_Task requirements_
The answer is a stretch of the material below, returned exactly: the line containing "#87=ORIENTED_EDGE('',*,*,#86,.T.);", the line containing "#150=ADVANCED_FACE('',(#145,#148),#149,.T.);", and all lines between.

_Data for review_
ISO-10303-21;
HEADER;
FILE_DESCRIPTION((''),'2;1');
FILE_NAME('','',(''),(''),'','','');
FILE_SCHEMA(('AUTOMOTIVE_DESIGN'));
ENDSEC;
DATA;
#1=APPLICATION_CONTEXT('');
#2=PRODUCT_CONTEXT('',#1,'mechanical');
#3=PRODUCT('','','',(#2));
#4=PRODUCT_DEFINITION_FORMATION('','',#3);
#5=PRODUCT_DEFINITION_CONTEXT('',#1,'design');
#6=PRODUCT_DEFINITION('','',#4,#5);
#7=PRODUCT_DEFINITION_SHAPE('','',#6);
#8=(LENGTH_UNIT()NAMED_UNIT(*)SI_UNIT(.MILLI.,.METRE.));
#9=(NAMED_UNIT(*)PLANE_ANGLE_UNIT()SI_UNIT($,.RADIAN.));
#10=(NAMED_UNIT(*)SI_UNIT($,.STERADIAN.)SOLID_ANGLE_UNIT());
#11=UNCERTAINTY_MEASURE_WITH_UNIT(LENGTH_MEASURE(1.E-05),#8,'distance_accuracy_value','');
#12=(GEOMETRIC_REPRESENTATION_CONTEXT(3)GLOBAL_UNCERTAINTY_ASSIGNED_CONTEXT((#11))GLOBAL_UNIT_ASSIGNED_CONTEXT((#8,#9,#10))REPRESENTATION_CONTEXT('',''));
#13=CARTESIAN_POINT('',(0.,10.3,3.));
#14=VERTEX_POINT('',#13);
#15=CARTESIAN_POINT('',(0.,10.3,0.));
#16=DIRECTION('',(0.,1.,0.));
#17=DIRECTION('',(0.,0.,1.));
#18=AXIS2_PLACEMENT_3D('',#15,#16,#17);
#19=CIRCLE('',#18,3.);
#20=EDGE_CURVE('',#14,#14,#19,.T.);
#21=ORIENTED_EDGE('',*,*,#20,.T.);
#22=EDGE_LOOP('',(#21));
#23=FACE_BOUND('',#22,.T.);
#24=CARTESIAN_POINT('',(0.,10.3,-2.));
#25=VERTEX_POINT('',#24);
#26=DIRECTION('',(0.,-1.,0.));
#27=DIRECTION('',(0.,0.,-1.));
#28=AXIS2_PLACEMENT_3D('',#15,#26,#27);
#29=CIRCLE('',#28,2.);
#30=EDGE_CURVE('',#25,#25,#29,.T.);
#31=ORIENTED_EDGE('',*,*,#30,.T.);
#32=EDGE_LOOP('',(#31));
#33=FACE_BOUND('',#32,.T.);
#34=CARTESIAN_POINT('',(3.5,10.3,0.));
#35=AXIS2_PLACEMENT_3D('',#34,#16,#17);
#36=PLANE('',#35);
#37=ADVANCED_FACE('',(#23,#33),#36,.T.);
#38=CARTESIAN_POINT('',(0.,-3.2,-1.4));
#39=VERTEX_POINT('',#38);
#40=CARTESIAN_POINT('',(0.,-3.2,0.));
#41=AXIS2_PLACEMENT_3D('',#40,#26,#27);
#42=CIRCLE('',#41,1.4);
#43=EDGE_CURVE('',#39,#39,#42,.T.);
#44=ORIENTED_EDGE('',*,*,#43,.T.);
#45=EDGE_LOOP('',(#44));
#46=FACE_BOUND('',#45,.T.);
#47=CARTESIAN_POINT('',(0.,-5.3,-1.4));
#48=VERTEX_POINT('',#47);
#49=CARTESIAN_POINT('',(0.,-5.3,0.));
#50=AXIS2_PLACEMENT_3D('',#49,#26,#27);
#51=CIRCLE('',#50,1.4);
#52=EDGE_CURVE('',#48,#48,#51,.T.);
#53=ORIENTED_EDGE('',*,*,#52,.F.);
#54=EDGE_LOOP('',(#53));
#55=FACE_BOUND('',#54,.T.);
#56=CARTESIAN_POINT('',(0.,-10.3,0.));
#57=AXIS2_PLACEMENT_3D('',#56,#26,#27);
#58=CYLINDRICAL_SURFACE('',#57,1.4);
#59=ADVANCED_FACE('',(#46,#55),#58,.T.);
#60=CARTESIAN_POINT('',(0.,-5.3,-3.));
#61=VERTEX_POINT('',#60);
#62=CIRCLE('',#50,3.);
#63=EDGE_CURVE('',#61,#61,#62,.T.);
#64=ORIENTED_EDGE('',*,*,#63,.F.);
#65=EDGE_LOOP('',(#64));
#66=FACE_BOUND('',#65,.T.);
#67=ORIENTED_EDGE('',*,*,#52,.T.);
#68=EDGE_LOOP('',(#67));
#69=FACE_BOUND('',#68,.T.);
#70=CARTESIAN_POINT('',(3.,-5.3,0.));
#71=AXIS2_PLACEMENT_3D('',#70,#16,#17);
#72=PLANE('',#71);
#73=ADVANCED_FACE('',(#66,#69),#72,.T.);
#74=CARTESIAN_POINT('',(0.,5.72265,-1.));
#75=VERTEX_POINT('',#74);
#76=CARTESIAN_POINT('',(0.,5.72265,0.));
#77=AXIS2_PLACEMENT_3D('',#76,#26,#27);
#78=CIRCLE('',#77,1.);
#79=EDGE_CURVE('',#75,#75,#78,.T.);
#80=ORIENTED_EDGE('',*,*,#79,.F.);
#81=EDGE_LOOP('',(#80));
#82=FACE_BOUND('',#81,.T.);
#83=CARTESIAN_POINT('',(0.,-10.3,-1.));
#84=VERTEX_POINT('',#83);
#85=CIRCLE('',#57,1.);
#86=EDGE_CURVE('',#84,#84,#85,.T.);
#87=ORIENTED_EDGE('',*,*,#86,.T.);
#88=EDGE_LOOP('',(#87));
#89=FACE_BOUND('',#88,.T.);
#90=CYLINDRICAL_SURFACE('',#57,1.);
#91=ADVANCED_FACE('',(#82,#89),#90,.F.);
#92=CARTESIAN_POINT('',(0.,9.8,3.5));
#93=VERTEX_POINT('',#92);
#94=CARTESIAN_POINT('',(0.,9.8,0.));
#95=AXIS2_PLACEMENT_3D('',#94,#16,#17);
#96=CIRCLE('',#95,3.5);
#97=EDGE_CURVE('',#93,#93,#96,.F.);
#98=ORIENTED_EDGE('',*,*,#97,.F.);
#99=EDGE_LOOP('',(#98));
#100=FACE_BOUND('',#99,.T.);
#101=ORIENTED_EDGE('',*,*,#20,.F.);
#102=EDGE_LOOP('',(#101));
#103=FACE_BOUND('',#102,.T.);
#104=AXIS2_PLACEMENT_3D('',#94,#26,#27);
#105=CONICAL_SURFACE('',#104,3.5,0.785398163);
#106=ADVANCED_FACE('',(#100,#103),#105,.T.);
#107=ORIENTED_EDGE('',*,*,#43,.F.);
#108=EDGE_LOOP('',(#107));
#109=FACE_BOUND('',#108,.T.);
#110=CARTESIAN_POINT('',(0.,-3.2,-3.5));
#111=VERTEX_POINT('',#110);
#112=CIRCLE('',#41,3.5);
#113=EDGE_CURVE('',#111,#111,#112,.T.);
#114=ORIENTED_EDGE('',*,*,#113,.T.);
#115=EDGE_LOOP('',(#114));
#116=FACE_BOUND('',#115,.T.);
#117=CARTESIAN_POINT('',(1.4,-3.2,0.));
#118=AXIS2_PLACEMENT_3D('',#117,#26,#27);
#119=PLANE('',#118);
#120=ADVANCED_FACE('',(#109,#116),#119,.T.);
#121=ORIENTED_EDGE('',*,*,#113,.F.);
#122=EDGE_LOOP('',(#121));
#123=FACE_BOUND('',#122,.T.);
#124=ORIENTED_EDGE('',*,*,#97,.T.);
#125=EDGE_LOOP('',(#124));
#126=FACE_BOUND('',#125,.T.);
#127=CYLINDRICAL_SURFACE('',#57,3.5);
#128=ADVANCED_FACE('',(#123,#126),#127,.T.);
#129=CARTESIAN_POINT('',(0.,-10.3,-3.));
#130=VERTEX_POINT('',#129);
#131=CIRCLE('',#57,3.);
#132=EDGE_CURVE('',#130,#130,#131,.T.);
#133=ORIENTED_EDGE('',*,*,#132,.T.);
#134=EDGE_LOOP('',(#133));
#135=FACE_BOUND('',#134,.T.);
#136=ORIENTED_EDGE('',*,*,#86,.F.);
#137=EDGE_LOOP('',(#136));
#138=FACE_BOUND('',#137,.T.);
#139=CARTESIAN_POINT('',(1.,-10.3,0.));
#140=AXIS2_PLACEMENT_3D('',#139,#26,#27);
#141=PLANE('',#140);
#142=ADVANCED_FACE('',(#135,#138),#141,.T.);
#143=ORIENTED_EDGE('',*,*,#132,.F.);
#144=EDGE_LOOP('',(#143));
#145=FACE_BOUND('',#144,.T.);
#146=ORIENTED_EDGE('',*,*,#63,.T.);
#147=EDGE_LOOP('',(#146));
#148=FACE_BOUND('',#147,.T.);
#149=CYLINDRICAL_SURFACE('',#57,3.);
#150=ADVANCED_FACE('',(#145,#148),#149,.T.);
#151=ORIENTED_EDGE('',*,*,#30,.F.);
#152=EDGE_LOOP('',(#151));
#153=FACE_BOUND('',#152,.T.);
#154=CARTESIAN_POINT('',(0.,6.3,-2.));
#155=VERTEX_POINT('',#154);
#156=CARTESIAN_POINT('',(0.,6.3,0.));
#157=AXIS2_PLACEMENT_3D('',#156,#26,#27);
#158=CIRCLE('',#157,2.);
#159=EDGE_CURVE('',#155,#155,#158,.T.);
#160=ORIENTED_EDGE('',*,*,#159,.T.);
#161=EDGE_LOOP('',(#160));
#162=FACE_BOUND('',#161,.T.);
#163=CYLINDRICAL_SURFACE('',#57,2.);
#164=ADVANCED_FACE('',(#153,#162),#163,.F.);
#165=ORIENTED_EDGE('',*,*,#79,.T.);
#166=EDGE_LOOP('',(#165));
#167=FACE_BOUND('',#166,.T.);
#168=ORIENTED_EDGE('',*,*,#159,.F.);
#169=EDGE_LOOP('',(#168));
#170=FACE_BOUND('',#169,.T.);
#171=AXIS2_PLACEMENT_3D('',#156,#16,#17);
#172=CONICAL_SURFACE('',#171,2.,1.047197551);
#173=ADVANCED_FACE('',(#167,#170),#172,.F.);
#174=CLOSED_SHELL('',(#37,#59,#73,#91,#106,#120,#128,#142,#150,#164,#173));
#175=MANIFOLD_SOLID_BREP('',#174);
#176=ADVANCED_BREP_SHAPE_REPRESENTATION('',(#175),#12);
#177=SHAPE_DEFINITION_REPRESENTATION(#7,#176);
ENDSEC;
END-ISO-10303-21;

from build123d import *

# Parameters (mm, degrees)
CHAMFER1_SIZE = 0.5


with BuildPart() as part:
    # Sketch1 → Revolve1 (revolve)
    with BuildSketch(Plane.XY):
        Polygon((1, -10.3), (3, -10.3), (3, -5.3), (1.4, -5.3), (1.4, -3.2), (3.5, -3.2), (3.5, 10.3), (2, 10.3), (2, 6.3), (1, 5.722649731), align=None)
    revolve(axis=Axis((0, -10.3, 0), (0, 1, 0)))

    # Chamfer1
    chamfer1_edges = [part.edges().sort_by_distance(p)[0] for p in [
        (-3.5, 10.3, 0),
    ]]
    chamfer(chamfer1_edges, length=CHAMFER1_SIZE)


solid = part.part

_Result of this task_
#87=ORIENTED_EDGE('',*,*,#86,.T.);
#88=EDGE_LOOP('',(#87));
#89=FACE_BOUND('',#88,.T.);
#90=CYLINDRICAL_SURFACE('',#57,1.);
#91=ADVANCED_FACE('',(#82,#89),#90,.F.);
#92=CARTESIAN_POINT('',(0.,9.8,3.5));
#93=VERTEX_POINT('',#92);
#94=CARTESIAN_POINT('',(0.,9.8,0.));
#95=AXIS2_PLACEMENT_3D('',#94,#16,#17);
#96=CIRCLE('',#95,3.5);
#97=EDGE_CURVE('',#93,#93,#96,.F.);
#98=ORIENTED_EDGE('',*,*,#97,.F.);
#99=EDGE_LOOP('',(#98));
#100=FACE_BOUND('',#99,.T.);
#101=ORIENTED_EDGE('',*,*,#20,.F.);
#102=EDGE_LOOP('',(#101));
#103=FACE_BOUND('',#102,.T.);
#104=AXIS2_PLACEMENT_3D('',#94,#26,#27);
#105=CONICAL_SURFACE('',#104,3.5,0.785398163);
#106=ADVANCED_FACE('',(#100,#103),#105,.T.);
#107=ORIENTED_EDGE('',*,*,#43,.F.);
#108=EDGE_LOOP('',(#107));
#109=FACE_BOUND('',#108,.T.);
#110=CARTESIAN_POINT('',(0.,-3.2,-3.5));
#111=VERTEX_POINT('',#110);
#112=CIRCLE('',#41,3.5);
#113=EDGE_CURVE('',#111,#111,#112,.T.);
#114=ORIENTED_EDGE('',*,*,#113,.T.);
#115=EDGE_LOOP('',(#114));
#116=FACE_BOUND('',#115,.T.);
#117=CARTESIAN_POINT('',(1.4,-3.2,0.));
#118=AXIS2_PLACEMENT_3D('',#117,#26,#27);
#119=PLANE('',#118);
#120=ADVANCED_FACE('',(#109,#116),#119,.T.);
#121=ORIENTED_EDGE('',*,*,#113,.F.);
#122=EDGE_LOOP('',(#121));
#123=FACE_BOUND('',#122,.T.);
#124=ORIENTED_EDGE('',*,*,#97,.T.);
#125=EDGE_LOOP('',(#124));
#126=FACE_BOUND('',#125,.T.);
#127=CYLINDRICAL_SURFACE('',#57,3.5);
#128=ADVANCED_FACE('',(#123,#126),#127,.T.);
#129=CARTESIAN_POINT('',(0.,-10.3,-3.));
#130=VERTEX_POINT('',#129);
#131=CIRCLE('',#57,3.);
#132=EDGE_CURVE('',#130,#130,#131,.T.);
#133=ORIENTED_EDGE('',*,*,#132,.T.);
#134=EDGE_LOOP('',(#133));
#135=FACE_BOUND('',#134,.T.);
#136=ORIENTED_EDGE('',*,*,#86,.F.);
#137=EDGE_LOOP('',(#136));
#138=FACE_BOUND('',#137,.T.);
#139=CARTESIAN_POINT('',(1.,-10.3,0.));
#140=AXIS2_PLACEMENT_3D('',#139,#26,#27);
#141=PLANE('',#140);
#142=ADVANCED_FACE('',(#135,#138),#141,.T.);
#143=ORIENTED_EDGE('',*,*,#132,.F.);
#144=EDGE_LOOP('',(#143));
#145=FACE_BOUND('',#144,.T.);
#146=ORIENTED_EDGE('',*,*,#63,.T.);
#147=EDGE_LOOP('',(#146));
#148=FACE_BOUND('',#147,.T.);
#149=CYLINDRICAL_SURFACE('',#57,3.);
#150=ADVANCED_FACE('',(#145,#148),#149,.T.);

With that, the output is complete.